Qualitative results of keypoints segmentation. The 7 images from left to right are the input image, the confidence map of the upper landmark, the confidence map of the lower landmark, the confidence map of the shape center, and the visualization of the confidence map on the original image. The red circle in U-Net shows the case where two points are connected, and the red circle in U-Net++ shows the segmentation anomaly of the points. (Colour figure online)

Fig. 10.
figure 10

Comparison and differences between the Cobb angle estimations and Cobb angle ground truth.

Fig. 11.
figure 11

Visualization of the straight-line fit method for estimation of four images.
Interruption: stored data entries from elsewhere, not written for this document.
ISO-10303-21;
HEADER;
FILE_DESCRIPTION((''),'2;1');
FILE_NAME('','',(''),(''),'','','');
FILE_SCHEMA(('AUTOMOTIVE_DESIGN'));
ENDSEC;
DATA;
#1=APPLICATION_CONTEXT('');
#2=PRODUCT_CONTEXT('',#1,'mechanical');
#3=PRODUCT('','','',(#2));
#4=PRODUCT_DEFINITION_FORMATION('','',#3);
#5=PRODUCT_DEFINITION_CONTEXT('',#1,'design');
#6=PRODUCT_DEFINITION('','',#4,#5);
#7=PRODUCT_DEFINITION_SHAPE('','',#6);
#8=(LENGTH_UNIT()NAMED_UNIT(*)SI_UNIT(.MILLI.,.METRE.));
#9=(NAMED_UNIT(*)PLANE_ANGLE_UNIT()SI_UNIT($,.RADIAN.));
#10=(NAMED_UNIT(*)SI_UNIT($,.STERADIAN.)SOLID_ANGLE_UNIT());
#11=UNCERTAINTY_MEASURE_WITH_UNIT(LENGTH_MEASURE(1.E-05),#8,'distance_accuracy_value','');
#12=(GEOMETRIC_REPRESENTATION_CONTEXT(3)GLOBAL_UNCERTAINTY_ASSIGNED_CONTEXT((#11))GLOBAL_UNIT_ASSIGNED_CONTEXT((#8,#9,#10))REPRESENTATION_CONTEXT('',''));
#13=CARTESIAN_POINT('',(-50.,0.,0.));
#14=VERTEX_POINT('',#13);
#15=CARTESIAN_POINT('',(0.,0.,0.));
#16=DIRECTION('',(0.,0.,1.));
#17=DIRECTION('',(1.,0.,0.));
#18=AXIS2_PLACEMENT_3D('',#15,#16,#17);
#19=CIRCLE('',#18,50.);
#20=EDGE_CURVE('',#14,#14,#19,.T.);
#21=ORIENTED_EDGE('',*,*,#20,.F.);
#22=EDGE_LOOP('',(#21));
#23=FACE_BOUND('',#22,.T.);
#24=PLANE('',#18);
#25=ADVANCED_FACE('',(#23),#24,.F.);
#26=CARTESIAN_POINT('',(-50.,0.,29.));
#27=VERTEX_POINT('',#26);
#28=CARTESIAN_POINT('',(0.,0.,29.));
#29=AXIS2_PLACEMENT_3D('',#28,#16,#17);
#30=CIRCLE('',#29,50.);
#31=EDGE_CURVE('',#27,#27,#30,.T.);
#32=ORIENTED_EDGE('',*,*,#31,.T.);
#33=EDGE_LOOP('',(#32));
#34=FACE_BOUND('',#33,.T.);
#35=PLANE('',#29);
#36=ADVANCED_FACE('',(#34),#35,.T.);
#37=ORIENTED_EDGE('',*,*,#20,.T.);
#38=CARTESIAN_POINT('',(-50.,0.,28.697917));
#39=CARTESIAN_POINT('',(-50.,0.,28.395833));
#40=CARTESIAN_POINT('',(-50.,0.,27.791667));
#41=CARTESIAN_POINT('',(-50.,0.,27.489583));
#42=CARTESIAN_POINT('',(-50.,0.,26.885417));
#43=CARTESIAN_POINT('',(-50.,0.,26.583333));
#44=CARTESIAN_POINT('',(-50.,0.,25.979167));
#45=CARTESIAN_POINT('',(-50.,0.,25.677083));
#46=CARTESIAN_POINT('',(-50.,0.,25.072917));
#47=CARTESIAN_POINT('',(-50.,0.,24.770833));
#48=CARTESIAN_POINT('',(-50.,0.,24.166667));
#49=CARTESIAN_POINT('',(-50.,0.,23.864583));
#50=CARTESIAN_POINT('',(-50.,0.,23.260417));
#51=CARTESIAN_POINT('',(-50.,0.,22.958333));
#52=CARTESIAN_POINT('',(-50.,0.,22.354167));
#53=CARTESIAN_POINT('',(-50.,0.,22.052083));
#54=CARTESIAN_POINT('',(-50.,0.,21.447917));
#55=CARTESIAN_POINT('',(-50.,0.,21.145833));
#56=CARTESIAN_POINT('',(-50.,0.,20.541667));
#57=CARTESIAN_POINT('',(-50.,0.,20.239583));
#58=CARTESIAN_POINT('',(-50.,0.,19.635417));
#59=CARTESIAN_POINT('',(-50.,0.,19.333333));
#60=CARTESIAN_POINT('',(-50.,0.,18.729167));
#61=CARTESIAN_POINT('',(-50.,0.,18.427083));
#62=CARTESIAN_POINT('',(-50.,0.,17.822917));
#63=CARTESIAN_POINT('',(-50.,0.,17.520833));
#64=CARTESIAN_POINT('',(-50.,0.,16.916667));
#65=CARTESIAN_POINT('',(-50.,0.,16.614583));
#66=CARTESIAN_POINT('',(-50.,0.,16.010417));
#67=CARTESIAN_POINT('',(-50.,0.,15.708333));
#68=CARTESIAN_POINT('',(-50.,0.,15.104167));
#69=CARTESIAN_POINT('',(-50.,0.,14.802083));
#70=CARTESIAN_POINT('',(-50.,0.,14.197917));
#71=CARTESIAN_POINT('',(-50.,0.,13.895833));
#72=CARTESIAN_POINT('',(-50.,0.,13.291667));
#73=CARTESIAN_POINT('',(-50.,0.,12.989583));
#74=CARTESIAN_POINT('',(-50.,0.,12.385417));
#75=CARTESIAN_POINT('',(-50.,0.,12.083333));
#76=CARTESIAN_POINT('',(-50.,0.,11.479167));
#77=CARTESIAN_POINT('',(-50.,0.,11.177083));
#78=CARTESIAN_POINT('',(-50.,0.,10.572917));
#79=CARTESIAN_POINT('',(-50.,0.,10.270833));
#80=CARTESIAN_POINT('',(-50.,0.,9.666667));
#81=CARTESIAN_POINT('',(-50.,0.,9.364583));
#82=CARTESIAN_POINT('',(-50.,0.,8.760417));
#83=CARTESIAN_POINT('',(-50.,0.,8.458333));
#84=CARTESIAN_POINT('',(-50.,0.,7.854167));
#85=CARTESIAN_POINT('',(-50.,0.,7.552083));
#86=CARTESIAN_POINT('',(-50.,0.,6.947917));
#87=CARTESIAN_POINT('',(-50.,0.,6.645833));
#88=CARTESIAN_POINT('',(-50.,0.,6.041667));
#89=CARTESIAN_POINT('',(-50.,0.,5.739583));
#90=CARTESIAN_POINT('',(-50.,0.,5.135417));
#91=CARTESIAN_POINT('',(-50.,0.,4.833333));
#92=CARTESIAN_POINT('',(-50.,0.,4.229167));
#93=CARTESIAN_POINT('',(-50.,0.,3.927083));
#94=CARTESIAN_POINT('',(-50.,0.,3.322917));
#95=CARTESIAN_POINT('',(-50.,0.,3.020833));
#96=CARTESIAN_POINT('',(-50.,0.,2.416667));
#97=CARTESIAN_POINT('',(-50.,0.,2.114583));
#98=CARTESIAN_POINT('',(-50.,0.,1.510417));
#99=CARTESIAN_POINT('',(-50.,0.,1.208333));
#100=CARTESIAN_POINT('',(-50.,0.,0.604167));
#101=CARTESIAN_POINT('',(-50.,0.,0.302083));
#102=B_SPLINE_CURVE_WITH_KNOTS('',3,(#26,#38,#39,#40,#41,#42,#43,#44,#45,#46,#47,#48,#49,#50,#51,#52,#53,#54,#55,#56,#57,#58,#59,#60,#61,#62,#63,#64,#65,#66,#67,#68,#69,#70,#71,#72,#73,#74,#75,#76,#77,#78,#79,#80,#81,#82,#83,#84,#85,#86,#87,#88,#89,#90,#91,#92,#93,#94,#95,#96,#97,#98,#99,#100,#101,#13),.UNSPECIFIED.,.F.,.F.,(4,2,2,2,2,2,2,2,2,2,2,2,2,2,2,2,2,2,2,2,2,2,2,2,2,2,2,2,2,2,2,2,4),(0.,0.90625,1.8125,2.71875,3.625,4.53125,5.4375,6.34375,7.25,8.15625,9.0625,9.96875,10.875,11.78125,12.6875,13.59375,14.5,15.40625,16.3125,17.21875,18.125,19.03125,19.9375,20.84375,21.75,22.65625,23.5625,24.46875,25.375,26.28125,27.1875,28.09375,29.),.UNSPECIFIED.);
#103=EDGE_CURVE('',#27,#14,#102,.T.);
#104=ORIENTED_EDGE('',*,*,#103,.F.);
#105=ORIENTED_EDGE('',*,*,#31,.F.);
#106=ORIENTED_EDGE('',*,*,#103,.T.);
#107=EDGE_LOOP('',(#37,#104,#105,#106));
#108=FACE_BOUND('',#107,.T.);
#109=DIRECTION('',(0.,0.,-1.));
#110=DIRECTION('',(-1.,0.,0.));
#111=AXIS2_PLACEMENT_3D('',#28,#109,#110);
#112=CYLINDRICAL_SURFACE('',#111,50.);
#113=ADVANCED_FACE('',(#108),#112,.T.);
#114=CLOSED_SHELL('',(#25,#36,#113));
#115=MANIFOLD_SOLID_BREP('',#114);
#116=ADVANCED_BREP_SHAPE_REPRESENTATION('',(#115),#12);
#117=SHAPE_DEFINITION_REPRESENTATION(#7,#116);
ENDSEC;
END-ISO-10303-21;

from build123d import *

# Parameters (mm, degrees)
SKETCH_1_R      = 50
EXTRUDE_1_DEPTH = 29


with BuildPart() as part:
    # 草图1 → 凸台-拉伸1 (new body)
    with BuildSketch(Plane.XY):
        with Locations(Location((0, 0, 0), (0, 0, 180))):
            Circle(SKETCH_1_R)
    extrude(amount=EXTRUDE_1_DEPTH)


solid = part.part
Table 1. Qualitative vertebral segmentation results
Table 2. Qualitative keypoints segmentation results
Table 3. Cobb angle calculation results of 3 methods
Table 4. Comparison with the state-of-the-art methods

4.2 Cobb Angle Measurement Results

We tested three Cobb angle calculation methods (midpoint method, endpoint method, and straight-line fit method), and the results are shown in Table 3. The Midpoint method achieved the best results because it is consistent with the Cobb angle labels in the dataset, which all pass through the vertebral The left and right midlinks simulate the endplates of the vertebrae.
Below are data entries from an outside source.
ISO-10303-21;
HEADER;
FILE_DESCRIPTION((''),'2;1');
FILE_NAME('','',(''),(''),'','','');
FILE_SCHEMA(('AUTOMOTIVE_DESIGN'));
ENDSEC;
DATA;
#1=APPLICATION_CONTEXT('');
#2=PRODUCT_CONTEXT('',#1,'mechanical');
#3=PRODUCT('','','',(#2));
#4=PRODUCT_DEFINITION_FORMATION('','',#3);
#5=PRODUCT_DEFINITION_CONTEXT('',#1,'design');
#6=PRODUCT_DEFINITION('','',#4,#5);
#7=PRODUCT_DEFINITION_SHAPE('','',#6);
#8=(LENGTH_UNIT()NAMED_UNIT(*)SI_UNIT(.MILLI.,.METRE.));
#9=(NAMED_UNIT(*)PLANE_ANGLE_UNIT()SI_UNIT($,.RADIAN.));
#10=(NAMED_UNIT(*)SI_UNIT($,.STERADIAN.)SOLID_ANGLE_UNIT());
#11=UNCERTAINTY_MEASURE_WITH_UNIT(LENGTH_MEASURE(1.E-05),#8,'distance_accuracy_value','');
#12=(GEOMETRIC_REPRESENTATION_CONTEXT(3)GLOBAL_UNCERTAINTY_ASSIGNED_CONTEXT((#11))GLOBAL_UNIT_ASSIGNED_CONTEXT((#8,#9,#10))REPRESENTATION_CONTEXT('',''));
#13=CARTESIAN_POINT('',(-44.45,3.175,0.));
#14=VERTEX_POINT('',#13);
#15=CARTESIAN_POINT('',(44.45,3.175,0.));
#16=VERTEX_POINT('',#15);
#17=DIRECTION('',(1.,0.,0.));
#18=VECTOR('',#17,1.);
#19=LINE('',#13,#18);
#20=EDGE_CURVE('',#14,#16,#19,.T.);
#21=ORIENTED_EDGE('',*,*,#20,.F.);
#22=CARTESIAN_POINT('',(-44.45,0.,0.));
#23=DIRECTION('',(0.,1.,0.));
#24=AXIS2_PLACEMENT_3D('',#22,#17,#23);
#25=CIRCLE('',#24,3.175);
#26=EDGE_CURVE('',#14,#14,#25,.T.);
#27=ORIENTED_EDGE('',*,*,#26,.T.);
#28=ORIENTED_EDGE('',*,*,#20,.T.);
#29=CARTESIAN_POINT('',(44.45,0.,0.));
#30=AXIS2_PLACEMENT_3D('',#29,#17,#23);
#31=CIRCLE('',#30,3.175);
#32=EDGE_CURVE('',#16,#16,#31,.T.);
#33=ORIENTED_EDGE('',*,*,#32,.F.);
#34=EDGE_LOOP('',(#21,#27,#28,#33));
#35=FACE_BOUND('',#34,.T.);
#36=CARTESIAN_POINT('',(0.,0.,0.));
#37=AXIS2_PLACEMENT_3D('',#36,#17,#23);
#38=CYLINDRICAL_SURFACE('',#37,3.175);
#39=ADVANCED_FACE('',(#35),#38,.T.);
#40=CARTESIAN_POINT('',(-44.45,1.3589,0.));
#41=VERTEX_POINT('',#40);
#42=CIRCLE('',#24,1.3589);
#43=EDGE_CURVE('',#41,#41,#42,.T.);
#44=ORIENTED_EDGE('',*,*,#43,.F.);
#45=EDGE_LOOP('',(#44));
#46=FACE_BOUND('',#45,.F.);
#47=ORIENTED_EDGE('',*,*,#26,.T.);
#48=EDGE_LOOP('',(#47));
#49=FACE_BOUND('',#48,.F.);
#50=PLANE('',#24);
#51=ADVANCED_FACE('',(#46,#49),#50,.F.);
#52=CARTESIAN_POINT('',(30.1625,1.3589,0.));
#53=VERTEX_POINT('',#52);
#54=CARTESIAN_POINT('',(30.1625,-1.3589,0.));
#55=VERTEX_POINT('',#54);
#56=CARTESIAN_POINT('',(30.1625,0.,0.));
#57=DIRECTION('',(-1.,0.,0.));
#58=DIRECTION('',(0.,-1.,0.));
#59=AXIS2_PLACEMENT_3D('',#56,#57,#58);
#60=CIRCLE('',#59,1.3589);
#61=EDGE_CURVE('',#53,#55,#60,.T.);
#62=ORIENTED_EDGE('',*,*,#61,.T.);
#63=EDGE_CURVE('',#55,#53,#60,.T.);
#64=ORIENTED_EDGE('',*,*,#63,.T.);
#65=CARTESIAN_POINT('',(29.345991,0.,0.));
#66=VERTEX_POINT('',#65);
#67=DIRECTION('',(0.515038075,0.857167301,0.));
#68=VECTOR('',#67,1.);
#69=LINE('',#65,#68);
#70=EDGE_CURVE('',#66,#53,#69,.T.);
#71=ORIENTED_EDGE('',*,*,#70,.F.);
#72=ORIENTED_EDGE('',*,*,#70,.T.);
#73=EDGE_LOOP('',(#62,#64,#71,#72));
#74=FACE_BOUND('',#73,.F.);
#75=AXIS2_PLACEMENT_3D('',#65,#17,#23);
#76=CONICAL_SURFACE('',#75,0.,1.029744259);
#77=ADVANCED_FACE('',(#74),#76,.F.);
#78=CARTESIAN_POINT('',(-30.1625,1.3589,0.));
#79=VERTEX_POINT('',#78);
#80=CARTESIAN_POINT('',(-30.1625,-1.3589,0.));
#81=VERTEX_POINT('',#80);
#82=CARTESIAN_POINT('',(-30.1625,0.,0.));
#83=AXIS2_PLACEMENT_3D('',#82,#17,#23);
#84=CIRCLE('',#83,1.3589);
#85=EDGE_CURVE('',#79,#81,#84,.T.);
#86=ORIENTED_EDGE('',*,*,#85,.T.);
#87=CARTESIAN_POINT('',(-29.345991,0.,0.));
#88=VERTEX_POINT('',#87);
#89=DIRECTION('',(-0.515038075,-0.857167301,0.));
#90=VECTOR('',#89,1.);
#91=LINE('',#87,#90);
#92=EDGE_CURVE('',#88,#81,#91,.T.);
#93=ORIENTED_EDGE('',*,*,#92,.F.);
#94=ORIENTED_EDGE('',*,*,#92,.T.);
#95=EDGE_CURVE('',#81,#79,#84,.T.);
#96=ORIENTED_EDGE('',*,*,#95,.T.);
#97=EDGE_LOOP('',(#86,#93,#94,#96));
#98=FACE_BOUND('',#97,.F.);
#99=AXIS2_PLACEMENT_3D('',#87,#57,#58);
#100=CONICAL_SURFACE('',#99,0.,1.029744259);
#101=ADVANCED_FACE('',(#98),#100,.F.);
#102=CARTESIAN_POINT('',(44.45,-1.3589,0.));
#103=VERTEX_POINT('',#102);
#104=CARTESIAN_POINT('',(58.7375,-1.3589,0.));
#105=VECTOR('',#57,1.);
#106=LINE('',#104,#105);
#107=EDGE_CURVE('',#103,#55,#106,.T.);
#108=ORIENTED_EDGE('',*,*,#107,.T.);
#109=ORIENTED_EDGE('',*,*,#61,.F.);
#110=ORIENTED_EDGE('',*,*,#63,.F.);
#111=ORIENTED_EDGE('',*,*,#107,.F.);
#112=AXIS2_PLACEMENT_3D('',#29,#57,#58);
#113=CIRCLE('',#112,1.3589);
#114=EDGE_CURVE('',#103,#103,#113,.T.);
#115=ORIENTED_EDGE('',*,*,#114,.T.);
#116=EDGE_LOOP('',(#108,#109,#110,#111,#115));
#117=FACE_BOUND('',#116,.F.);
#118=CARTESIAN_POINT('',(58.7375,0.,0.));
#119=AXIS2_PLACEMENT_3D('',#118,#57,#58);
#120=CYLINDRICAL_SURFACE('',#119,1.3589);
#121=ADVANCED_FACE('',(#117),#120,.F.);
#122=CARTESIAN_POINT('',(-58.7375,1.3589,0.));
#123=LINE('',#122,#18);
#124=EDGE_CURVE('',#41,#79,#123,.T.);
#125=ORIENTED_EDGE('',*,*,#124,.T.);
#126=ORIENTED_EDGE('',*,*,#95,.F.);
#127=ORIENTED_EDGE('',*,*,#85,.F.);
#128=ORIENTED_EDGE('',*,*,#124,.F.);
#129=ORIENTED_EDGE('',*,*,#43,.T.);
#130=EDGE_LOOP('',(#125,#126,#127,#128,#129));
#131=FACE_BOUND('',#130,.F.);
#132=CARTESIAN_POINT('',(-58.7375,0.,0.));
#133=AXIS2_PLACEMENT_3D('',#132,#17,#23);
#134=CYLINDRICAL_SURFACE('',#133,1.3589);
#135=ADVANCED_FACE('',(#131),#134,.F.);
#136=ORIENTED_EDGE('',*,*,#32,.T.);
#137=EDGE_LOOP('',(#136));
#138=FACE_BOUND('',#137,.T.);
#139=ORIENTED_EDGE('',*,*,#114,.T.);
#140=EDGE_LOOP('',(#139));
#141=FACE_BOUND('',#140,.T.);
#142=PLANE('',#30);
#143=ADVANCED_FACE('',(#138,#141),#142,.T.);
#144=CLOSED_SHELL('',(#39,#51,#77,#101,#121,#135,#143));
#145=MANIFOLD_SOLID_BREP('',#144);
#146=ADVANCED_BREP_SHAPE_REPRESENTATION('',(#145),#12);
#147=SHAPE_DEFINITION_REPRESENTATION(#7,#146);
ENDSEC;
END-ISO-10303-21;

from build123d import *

# Parameters (mm, degrees)
F0_R           = 3.175
F1_DEPTH       = 44.45
F4_D           = 2.7178
F4_DEPTH       = 14.2875
F4_TIP         = 0.8165094952
F4_ON_F2_D     = 2.7178
F4_ON_F2_DEPTH = 14.2875
F4_ON_F2_TIP   = 0.8165094952


with BuildPart() as f1:
    # F0 (on Right) → F1 (new body, symmetric)
    with BuildSketch(Plane.YZ):
        Circle(F0_R)
    extrude(amount=F1_DEPTH, both=True)

    # F4
    with Locations(Plane(origin=(-44.45, 0, 0), x_dir=(0, -1, 0), z_dir=(-1, 0, 0))):
        with Locations((0, 0)):
            Hole(F4_D / 2, depth=F4_DEPTH)
            with Locations((0, 0, -(F4_DEPTH + F4_TIP / 2))):  # 118° drill point
                Cone(0, F4_D / 2, F4_TIP, mode=Mode.SUBTRACT)

    # F4 on F2
    with Locations(Plane.YZ.offset(44.45)):
        with Locations((0, 0)):
            Hole(F4_ON_F2_D / 2, depth=F4_ON_F2_DEPTH)
            with Locations((0, 0, -(F4_ON_F2_DEPTH + F4_ON_F2_TIP / 2))):  # 118° drill point
                Cone(0, F4_ON_F2_D / 2, F4_ON_F2_TIP, mode=Mode.SUBTRACT)


solid = f1.part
In order to show the accuracy of the proposed method in Cobb angle estimation, we compared the results of Cobb angle estimation with those of other methods, and the comparison results are shown in Table 4. The proposed method obtains the best results among all curvature post-processing methods for calculating Cobb angles, with MAE metrics reaching SOTA. Although the direct regression Cobb angle method [4] reaches SOTA in SMAPE metrics, the approach focused only on the Cobb angle calculation results and was unable to obtain information on the the end vertebrae, which is equally important for the diagnosis of scoliosis. Figure 10 shows the histogram of the difference and scatter plot between the Cobb angle estimation of the proposed method and the Cobb angle groud truth.

Table 5. Cobb angle estimations for 4 scoliosis radiographs

It is important to note that we also tested our method on four scoliosis radiographs with the Cobb angle manually marked by the physician (see Fig. 11). The test results are shown in Table 5, where the straight-line fit method has the smallest SMAPE (3.88, compared to 5.51 for the midpoint method and 5.98 for the endpoint method), due to the fact that the method is more similar to the way clinicians determine the endplates. Therefore, we concluded that although the midpoint method showed better results on the public AASCE challenge dataset, the estimations of the straight-line fit method were more similar to the physician's manually labeled Cobb angle.

5 Conclusion

This paper presents a new method for automatic measurement of the Cobb angle of scoliosis, using a network to extract scoliosis information and post-processing to calculate the Cobb angle, which can obtain more comprehensive vertebral contour information for visualization of the spine than direct Cobb angle regression. First, the proposed multi-task learning network MVIE-Net can simultaneously perform vertebral contour and key points detection, and the MVIE-Net network adopts a single encoder and dual decoder structure, and the symmetric structure and jump connection between the dual decoders improve the generalization ability of the network. Then, we proposed and tested three angle calculation methods based on the definition of the Cobb angle, namely the midpoint method provided by the public AASCE Challenge dataset, as well as the extended endpoint method, and the straight-line fit method that simulates the physician's positioning of the endplate. MVIE-Net with midpoint method achieved SOTA in MAE metrics and the best SMAPE metrics among the known methods using post-processing on this dataset. The SMAPE of all three methods was lower than 6 on the physician manually labeled Cobb angle image processing, indicating that the proposed method can be used as an adjunct to the physician's clinical scoliosis Cobb angle measurement.